Nice find, lucky you


----------



## blackcat (Mar 9, 2020)

Hello;
Beautiful find, really superb 
Regards;
Serge


----------



## Mercian (Mar 10, 2020)

Hi,

Nice bike, and I especially like the LCA tag which probably gives you it's history. It would be interesting to know if that was rivetted to the first layer of paint (though we'll probably never know).

Could I ask a couple of questions?

You refer to a serial number project on WW2 Huffmans. Is it on this site? I'm collecting these numbers also, so if there is another listing it would be useful for me to know (or, since I've put it on this site, it may be the list I'm compiling - in which case you're now on it! ). I have 32 on this list, with yours as 5th oldest in the second contract (13th oldest overall).

To help with this list, can you tell me the date numbers stamped on the back of the fork bridge? (I guess 63 or 73, June or July 1943).

Also, the date letter and number on the Morrow brake?  (I guess M2 or M3, second or third quarter 1943).
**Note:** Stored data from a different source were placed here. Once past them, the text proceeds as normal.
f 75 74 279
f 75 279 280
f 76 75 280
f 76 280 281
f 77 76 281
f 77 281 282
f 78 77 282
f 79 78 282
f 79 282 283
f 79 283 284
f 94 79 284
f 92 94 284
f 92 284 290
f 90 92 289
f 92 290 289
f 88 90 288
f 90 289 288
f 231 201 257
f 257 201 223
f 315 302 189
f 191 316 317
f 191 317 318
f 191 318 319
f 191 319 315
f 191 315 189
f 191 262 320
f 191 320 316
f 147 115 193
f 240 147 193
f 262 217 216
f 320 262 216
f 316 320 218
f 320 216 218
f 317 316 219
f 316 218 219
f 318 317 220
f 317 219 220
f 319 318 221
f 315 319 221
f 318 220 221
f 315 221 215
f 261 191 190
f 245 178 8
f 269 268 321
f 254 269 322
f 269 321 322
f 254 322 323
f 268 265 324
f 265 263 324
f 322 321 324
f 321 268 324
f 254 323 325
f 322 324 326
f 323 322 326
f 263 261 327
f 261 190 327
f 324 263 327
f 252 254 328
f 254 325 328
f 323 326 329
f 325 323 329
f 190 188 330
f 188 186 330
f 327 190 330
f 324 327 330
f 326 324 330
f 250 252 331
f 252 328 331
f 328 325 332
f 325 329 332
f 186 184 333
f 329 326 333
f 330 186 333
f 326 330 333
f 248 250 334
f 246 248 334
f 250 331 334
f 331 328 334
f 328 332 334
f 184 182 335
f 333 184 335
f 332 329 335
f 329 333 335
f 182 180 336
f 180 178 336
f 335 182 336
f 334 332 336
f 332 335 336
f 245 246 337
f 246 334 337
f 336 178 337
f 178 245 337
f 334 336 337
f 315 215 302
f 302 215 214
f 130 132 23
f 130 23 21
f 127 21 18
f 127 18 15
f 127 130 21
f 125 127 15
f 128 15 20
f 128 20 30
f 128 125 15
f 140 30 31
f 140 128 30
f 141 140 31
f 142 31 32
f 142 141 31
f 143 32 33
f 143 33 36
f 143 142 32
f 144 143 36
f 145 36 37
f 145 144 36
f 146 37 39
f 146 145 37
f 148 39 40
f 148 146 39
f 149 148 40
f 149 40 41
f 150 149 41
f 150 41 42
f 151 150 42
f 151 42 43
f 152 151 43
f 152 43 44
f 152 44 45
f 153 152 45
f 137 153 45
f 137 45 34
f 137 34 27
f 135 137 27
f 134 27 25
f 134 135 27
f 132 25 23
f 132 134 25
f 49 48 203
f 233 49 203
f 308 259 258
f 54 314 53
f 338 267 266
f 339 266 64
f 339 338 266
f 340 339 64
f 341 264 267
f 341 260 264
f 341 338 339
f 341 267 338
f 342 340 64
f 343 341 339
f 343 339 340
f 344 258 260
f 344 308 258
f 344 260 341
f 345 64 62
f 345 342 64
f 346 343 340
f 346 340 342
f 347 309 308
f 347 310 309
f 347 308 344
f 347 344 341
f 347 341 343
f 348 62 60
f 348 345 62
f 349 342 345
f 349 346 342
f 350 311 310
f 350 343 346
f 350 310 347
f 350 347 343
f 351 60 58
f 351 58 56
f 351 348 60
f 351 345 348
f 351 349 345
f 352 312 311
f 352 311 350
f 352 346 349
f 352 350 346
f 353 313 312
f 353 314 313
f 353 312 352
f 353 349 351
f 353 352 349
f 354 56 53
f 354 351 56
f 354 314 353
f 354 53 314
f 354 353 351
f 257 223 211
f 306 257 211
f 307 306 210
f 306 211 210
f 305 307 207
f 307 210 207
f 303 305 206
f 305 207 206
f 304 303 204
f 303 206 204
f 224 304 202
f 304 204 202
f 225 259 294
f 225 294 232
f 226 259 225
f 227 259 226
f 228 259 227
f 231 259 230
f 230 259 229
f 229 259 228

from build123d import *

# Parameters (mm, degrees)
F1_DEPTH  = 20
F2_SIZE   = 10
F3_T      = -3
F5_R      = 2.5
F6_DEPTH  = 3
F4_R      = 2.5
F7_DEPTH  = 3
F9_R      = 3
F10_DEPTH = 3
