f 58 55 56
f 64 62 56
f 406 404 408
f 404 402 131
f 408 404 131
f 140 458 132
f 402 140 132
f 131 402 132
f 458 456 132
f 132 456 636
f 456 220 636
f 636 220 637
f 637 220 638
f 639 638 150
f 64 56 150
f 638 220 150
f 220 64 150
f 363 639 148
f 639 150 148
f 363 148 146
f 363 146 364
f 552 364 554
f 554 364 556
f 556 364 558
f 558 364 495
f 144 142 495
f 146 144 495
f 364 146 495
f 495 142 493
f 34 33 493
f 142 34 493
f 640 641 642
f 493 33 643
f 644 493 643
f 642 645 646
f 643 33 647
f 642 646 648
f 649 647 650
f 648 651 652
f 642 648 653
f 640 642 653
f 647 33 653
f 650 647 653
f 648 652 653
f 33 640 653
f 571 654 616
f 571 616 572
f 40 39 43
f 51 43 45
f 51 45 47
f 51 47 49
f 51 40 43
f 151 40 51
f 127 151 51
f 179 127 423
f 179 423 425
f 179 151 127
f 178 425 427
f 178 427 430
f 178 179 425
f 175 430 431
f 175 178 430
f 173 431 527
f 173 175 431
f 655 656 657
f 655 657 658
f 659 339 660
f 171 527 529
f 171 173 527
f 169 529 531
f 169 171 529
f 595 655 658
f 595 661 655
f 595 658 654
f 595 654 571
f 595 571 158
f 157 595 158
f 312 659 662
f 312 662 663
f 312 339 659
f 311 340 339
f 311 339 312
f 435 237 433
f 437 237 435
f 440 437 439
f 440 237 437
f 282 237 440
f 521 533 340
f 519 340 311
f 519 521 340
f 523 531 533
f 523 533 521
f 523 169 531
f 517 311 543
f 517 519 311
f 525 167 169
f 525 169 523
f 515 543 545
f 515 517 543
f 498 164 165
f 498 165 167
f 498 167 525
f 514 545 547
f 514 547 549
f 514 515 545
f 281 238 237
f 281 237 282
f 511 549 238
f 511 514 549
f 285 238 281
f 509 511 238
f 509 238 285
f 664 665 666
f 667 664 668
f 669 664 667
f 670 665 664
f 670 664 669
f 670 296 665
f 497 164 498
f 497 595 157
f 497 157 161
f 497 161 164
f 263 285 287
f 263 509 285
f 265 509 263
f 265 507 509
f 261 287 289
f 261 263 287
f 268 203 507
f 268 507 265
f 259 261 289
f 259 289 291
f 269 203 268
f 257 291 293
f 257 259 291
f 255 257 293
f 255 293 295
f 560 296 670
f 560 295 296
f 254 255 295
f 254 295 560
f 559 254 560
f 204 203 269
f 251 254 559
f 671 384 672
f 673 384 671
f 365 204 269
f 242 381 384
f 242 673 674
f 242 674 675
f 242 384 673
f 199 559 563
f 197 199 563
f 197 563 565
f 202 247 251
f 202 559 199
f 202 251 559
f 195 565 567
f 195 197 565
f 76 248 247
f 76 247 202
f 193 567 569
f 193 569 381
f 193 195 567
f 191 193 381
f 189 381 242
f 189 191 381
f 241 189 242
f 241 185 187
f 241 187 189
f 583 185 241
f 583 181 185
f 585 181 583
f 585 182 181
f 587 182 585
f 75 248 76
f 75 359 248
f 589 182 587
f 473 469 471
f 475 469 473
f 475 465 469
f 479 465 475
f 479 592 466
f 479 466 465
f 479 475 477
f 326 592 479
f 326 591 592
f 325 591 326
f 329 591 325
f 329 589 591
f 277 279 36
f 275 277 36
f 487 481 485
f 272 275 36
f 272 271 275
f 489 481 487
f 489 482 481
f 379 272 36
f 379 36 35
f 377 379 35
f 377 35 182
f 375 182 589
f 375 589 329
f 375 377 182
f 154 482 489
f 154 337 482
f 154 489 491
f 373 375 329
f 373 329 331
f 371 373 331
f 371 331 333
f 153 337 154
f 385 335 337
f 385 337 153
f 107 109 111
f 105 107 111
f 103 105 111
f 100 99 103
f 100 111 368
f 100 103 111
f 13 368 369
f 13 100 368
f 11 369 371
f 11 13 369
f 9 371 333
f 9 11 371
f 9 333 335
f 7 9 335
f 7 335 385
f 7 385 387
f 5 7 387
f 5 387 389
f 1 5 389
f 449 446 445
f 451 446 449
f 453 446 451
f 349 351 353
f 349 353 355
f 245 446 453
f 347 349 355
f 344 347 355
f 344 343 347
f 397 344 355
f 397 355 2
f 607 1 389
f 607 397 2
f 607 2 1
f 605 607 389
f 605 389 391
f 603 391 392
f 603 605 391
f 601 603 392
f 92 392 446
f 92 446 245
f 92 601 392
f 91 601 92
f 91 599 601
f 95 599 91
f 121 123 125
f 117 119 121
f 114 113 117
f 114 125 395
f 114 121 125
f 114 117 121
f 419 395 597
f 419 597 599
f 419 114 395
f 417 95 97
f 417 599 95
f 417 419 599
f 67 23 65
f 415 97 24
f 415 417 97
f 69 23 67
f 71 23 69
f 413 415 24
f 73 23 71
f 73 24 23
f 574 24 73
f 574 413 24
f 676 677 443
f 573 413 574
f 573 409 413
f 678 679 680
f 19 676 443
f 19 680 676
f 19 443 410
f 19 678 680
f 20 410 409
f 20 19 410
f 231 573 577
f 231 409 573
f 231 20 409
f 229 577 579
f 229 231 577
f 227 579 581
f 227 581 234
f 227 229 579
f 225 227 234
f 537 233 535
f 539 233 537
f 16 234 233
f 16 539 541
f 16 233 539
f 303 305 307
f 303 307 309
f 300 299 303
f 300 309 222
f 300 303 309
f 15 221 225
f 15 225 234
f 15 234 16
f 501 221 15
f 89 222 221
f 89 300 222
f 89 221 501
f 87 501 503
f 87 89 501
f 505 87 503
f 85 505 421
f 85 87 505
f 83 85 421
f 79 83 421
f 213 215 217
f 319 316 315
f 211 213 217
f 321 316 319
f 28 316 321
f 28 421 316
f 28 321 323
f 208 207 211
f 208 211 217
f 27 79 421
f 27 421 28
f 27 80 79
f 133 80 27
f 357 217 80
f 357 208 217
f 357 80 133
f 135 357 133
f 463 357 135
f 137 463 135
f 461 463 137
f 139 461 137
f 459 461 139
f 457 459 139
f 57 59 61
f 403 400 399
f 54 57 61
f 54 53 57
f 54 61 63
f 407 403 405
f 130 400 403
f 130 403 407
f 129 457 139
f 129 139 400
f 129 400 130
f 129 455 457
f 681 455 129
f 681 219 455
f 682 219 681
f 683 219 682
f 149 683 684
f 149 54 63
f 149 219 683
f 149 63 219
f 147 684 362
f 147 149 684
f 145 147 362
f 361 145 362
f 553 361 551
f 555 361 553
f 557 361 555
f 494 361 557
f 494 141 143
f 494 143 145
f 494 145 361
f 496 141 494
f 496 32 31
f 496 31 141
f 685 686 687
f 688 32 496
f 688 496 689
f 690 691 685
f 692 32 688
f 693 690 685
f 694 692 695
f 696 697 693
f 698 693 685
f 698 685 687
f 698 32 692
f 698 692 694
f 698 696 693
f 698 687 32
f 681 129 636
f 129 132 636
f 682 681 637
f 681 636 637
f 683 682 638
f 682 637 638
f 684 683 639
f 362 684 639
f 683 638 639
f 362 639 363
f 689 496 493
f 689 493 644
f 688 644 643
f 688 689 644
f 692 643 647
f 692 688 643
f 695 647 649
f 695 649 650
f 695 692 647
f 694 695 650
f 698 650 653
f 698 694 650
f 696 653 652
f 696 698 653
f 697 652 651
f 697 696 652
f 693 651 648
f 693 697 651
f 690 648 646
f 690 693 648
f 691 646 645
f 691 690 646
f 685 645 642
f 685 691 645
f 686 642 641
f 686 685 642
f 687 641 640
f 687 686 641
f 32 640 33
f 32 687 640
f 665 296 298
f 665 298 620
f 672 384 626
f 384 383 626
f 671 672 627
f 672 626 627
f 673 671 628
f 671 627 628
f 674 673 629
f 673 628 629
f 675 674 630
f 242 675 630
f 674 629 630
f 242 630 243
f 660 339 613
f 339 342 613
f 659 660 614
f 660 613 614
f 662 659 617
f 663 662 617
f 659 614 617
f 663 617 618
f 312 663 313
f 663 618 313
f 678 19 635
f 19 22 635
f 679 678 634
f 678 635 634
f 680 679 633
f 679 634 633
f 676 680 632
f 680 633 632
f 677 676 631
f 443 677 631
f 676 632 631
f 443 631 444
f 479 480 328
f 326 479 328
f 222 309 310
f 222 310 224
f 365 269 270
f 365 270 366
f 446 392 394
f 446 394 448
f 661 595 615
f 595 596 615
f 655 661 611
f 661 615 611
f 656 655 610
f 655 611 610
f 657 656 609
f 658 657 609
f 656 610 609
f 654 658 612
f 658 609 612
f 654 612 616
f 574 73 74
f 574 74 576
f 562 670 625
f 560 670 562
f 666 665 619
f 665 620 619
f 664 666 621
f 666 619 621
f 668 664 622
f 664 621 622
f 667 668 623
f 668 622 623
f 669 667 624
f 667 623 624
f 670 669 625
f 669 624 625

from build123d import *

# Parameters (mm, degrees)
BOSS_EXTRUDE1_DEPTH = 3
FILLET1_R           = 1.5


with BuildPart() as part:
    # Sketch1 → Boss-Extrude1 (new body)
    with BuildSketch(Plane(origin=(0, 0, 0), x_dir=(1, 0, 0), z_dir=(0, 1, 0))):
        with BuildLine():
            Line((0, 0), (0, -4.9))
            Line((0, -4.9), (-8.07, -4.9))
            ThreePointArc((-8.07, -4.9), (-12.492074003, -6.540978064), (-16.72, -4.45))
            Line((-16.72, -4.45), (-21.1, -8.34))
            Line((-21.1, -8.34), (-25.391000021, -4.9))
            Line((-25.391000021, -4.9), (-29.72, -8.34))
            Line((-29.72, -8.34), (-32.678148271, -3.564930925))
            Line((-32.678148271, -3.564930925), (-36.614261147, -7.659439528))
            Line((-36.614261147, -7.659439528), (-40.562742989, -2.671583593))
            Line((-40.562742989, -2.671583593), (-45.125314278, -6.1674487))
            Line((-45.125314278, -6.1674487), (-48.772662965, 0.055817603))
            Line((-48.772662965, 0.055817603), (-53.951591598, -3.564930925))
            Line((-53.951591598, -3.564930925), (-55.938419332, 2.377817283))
I appreciate these might be clogged with paint, and so don't worry if they're not readable.

Thanks for your help.

Best Regards,

Adrian


----------



## REDAIR13 (Mar 10, 2020)

Mercian said:


> Hi,
> 
> Nice bike, and I especially like the LCA tag which probably gives you it's history. It would be interesting to know if that was rivetted to the first layer of paint (though we'll probably never know).
> 
> ...





The fork has a 73 Stamp on the back of it. I will need to work on cleaning the hub to get the date letter and number.


----------



## Mercian (Mar 10, 2020)

Hi, and Thanks, 

that helps a lot. (-:

73 is July of 43.

Best Regards,

Adrian


----------



## DaGasMan (Mar 10, 2020)

Just a guess, LCA = Lake City Arsenal ? Good find.


----------



## rollfaster (Mar 10, 2020)

Excellent!!


----------



## REDAIR13 (Mar 10, 2020)

DaGasMan said:


> Just a guess, LCA = Lake City Arsenal ? Good find.
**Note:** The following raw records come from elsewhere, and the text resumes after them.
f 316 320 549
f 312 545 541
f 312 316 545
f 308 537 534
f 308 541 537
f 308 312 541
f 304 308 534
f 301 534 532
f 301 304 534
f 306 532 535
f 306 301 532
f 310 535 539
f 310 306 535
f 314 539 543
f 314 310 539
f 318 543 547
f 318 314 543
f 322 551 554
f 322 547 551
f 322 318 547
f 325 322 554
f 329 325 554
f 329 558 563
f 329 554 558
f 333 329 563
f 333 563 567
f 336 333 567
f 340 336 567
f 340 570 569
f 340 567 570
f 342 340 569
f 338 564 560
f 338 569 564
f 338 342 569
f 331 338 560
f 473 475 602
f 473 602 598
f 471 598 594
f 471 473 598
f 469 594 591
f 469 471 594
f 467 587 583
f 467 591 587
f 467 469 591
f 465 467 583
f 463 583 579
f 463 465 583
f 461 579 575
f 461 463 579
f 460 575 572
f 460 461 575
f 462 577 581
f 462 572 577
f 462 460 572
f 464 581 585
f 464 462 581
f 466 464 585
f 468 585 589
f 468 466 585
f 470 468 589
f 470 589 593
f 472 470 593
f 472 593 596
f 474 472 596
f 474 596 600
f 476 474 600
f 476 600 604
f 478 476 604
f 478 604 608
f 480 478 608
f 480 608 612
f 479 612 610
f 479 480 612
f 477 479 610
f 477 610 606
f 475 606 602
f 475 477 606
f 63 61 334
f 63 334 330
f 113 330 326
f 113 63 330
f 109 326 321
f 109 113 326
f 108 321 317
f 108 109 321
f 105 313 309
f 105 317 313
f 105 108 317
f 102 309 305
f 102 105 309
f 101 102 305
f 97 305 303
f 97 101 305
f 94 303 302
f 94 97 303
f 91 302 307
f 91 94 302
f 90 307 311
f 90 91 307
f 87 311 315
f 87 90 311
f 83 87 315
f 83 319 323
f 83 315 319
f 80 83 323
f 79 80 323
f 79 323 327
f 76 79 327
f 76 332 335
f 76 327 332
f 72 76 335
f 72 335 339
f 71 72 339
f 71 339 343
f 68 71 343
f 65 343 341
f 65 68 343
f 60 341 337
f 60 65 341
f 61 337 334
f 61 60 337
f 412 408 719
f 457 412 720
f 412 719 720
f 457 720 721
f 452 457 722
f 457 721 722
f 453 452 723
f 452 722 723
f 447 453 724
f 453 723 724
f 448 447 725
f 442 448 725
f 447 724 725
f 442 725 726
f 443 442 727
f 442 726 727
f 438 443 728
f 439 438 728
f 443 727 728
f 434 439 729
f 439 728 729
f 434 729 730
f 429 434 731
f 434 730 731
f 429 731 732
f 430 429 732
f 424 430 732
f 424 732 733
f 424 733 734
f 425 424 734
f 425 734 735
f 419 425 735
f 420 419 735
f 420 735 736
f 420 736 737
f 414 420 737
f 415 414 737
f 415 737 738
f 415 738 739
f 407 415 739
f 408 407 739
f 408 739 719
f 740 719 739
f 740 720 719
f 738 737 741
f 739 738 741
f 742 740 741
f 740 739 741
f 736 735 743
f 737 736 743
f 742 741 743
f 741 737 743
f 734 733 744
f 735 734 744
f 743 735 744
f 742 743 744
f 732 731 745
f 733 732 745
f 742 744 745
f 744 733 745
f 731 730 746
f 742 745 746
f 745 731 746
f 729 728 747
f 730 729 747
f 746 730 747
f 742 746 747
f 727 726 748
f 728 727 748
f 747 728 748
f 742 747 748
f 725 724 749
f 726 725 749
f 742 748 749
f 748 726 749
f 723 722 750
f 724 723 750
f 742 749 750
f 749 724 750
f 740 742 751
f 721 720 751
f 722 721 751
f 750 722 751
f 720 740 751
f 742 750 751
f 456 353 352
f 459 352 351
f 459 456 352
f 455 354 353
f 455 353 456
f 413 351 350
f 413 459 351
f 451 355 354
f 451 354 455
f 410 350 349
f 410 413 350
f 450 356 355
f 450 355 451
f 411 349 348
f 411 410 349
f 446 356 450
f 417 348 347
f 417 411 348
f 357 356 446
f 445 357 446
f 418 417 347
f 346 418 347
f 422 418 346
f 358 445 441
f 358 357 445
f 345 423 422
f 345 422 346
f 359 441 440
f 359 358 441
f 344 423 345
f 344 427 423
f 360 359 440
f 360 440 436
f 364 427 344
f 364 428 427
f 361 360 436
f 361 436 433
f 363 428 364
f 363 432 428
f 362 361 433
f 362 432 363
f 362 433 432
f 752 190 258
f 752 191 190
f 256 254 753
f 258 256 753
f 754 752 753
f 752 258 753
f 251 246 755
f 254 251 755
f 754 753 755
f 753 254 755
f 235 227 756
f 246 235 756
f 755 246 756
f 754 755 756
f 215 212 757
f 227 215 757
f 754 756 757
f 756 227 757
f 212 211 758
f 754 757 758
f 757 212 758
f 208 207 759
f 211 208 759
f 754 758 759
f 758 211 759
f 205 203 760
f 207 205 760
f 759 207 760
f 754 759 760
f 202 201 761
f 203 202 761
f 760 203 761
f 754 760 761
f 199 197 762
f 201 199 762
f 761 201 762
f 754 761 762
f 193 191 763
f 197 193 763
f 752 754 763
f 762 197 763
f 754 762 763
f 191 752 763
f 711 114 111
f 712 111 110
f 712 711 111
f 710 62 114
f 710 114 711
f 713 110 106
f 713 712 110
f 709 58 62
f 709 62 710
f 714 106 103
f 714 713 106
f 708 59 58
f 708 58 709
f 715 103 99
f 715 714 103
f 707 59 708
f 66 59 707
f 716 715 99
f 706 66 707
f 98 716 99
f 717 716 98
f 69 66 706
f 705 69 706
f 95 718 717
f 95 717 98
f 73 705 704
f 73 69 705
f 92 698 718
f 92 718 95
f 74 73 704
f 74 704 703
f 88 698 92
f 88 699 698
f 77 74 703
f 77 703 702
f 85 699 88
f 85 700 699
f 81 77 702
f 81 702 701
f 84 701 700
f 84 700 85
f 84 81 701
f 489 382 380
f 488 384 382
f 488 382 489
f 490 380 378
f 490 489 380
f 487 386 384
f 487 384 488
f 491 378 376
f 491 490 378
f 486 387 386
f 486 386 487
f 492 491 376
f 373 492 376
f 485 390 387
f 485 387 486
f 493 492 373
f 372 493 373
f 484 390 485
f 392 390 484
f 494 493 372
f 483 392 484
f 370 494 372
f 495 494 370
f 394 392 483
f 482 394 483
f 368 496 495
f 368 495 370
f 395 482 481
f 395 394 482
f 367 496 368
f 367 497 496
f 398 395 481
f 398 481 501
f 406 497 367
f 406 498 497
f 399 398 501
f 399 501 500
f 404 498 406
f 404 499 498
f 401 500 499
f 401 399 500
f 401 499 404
Yes Lake City Ammo. Independence MO, opened in 1941.


----------



## Rivnut (Mar 11, 2020)

LCAAP - Lake City Army Ammunition Plant - manufactures small arms ammunition. 5.56. 7.62, 50 caliber, and some others for training and combat. It's the facility used for development and testing of ammunition for small caliber ammunition. Currently operated by Winchester Arms.


----------



## REDAIR13 (Mar 13, 2020)

The bike will be for sale once a proper seat is obtained for those that could be interested.


----------



## REDAIR13 (Mar 17, 2020)

The bike has been posted in the for sale section.


----------



## Mercian (Mar 20, 2020)

Rivnut said:


> LCAAP - Lake City Army Ammunition Plant - manufactures small arms ammunition. 5.56. 7.62, 50 caliber, and some others for training and combat. It's the facility used for development and testing of ammunition for small caliber ammunition. Currently operated by Winchester Arms.




Hi All,

There's a fairly detailed historical survey of the plant available from the Smithsonian here:



			http://lcweb2.loc.gov/master/pnp/habshaer/mo/mo0500/mo0507/data/mo0507data.pdf
		


This explains that the plant was the first of it's type when built, being the prototype for six similar facilities built during WW2.

From the beginning of operations in September 1941, it was called Lake City Ordnance Plant, then renamed Lake City Arsenal in 1945. Late 1945 it was mothballed until 1950, when it reopened, and has operated ever since. In 1953 it was renamed Lake City Army Ammunition Plant.

The LCA tag on the bike should therefore date to between 1945 and 1953, though of course the bike could have been used there a lot later.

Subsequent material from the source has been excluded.